__TASK BRIEF__:
Exact reproduction required: the lines below from the line with "f 157 160 159" to the line with "f 178 179 177", both ends included, and no others.

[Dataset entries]

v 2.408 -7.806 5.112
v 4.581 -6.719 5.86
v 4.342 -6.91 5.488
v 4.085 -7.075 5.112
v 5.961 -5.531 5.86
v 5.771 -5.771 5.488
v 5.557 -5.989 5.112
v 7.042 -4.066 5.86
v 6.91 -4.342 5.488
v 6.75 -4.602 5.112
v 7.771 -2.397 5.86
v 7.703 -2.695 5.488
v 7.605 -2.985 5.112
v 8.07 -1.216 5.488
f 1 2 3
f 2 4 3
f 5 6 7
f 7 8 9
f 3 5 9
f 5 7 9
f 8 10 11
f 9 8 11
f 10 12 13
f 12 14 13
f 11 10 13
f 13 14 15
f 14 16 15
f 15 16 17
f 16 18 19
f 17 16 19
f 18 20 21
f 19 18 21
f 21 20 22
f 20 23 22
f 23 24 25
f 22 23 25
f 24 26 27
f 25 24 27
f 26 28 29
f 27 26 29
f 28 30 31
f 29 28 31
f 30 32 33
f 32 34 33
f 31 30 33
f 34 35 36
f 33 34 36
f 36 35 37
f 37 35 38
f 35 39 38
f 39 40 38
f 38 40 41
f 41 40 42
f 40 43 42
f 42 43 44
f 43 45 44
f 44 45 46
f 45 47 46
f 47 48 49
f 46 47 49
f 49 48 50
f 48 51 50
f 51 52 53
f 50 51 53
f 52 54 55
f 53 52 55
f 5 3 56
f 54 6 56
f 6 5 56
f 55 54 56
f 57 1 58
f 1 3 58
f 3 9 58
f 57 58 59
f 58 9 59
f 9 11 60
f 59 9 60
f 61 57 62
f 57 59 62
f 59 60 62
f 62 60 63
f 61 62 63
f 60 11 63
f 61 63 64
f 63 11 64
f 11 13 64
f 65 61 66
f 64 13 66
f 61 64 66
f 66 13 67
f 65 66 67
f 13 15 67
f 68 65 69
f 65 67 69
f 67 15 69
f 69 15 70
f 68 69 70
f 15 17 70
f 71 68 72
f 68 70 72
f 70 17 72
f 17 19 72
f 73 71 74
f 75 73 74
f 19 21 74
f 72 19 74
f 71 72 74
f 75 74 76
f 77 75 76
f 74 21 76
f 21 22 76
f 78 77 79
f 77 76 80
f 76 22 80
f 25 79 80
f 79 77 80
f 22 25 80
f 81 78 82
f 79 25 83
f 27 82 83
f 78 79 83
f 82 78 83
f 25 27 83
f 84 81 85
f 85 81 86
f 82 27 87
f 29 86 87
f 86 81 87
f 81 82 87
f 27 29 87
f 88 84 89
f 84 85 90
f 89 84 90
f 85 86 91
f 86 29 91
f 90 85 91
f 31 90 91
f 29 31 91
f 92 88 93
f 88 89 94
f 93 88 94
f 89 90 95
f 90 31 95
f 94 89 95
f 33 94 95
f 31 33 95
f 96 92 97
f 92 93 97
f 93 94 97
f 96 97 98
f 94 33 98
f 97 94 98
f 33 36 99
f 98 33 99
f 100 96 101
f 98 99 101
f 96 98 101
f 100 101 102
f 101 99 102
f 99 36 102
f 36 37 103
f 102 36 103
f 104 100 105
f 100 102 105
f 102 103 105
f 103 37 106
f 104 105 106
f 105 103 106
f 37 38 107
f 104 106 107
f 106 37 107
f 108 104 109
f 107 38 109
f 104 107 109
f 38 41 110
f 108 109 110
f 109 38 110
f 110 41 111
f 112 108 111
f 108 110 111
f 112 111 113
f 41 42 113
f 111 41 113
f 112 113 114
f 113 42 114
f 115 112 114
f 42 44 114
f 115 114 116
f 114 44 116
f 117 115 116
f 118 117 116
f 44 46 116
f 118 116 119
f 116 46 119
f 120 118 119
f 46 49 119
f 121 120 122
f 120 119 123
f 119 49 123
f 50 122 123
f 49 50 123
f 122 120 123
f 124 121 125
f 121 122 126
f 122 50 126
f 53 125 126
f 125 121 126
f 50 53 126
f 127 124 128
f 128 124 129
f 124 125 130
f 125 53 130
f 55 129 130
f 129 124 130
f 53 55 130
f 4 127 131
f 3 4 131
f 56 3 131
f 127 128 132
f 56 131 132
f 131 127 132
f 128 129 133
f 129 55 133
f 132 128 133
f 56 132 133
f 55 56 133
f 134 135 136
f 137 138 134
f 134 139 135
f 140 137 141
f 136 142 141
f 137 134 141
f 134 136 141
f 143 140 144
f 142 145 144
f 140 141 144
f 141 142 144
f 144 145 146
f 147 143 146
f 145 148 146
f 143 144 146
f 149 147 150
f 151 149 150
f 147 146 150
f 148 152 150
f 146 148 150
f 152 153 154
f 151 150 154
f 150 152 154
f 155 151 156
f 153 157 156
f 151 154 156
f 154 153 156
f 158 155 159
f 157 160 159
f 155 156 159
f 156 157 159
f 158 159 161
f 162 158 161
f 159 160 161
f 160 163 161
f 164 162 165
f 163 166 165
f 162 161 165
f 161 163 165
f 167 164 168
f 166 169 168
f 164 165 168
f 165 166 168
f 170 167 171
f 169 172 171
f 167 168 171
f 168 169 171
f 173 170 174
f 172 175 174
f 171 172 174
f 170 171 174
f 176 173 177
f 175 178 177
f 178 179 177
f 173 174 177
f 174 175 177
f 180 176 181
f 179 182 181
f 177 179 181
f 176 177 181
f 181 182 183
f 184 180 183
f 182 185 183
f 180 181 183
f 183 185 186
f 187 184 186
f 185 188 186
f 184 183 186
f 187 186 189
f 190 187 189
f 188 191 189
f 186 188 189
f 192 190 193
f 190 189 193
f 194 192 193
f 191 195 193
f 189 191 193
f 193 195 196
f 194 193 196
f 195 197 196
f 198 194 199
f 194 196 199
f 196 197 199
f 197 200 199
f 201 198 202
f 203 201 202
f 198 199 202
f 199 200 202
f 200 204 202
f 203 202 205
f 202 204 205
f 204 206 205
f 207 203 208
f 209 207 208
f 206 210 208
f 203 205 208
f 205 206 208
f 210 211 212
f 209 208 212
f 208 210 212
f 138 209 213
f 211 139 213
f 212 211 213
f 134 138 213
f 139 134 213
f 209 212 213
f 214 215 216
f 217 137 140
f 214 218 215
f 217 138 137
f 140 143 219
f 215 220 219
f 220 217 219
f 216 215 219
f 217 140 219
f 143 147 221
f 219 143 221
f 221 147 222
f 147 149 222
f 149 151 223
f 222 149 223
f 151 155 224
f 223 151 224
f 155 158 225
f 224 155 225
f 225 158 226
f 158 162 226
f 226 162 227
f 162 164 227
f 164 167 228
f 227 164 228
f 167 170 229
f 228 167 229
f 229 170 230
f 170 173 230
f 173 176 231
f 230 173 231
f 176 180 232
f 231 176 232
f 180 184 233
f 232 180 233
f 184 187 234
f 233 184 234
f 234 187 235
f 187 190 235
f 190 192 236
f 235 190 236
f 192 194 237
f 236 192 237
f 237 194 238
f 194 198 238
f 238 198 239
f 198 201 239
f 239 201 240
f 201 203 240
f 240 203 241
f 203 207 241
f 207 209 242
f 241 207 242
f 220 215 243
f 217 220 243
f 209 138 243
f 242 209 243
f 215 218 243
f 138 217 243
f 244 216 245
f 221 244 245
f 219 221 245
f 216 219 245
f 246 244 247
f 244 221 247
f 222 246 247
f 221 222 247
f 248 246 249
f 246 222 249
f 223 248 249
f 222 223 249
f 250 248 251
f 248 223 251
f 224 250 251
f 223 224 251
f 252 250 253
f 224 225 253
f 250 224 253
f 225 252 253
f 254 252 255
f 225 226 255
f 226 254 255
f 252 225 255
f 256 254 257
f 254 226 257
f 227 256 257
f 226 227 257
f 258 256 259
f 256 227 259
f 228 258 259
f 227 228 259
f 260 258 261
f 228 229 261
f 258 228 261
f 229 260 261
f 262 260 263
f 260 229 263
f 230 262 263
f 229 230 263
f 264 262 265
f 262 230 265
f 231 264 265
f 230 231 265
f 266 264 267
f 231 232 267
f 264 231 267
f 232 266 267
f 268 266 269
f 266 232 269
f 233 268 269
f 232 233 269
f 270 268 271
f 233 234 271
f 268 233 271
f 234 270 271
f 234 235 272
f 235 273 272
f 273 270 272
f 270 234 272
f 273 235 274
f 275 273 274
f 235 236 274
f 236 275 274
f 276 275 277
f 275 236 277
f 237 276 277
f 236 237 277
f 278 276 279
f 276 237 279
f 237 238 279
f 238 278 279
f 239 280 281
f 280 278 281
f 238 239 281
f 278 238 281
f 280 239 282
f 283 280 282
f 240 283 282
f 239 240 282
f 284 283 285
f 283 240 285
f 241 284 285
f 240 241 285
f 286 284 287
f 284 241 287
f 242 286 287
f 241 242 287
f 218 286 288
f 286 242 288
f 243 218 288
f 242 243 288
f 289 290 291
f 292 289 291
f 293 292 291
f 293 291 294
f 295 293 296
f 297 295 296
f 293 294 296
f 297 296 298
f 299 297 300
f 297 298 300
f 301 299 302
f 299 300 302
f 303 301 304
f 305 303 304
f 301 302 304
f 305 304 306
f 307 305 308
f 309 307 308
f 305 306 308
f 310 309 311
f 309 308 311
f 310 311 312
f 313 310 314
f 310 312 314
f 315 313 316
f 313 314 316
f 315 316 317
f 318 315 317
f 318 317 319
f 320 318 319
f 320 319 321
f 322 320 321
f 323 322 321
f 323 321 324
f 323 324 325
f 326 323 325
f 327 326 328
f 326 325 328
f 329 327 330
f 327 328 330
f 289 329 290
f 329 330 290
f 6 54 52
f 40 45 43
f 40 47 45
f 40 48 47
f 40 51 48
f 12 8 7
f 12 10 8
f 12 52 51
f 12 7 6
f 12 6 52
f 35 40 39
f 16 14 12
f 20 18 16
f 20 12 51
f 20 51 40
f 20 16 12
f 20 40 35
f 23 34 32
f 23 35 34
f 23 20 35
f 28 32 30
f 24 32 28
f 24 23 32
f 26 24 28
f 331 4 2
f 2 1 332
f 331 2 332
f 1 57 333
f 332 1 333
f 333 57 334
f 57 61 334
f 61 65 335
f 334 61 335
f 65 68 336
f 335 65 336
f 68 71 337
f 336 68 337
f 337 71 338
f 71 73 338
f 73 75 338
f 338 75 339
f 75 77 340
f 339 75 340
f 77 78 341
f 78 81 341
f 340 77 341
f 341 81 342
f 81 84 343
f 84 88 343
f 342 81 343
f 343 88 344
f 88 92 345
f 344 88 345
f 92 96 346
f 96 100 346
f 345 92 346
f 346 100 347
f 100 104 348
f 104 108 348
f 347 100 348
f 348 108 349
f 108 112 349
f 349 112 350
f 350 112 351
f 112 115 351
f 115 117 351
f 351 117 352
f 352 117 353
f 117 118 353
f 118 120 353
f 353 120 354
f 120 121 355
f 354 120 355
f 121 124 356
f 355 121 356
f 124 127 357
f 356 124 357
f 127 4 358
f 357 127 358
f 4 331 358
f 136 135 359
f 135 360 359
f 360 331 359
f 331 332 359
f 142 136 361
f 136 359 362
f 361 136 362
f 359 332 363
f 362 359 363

__REPLY TO THE TASK__:
f 157 160 159
f 155 156 159
f 156 157 159
f 158 159 161
f 162 158 161
f 159 160 161
f 160 163 161
f 164 162 165
f 163 166 165
f 162 161 165
f 161 163 165
f 167 164 168
f 166 169 168
f 164 165 168
f 165 166 168
f 170 167 171
f 169 172 171
f 167 168 171
f 168 169 171
f 173 170 174
f 172 175 174
f 171 172 174
f 170 171 174
f 176 173 177
f 175 178 177
f 178 179 177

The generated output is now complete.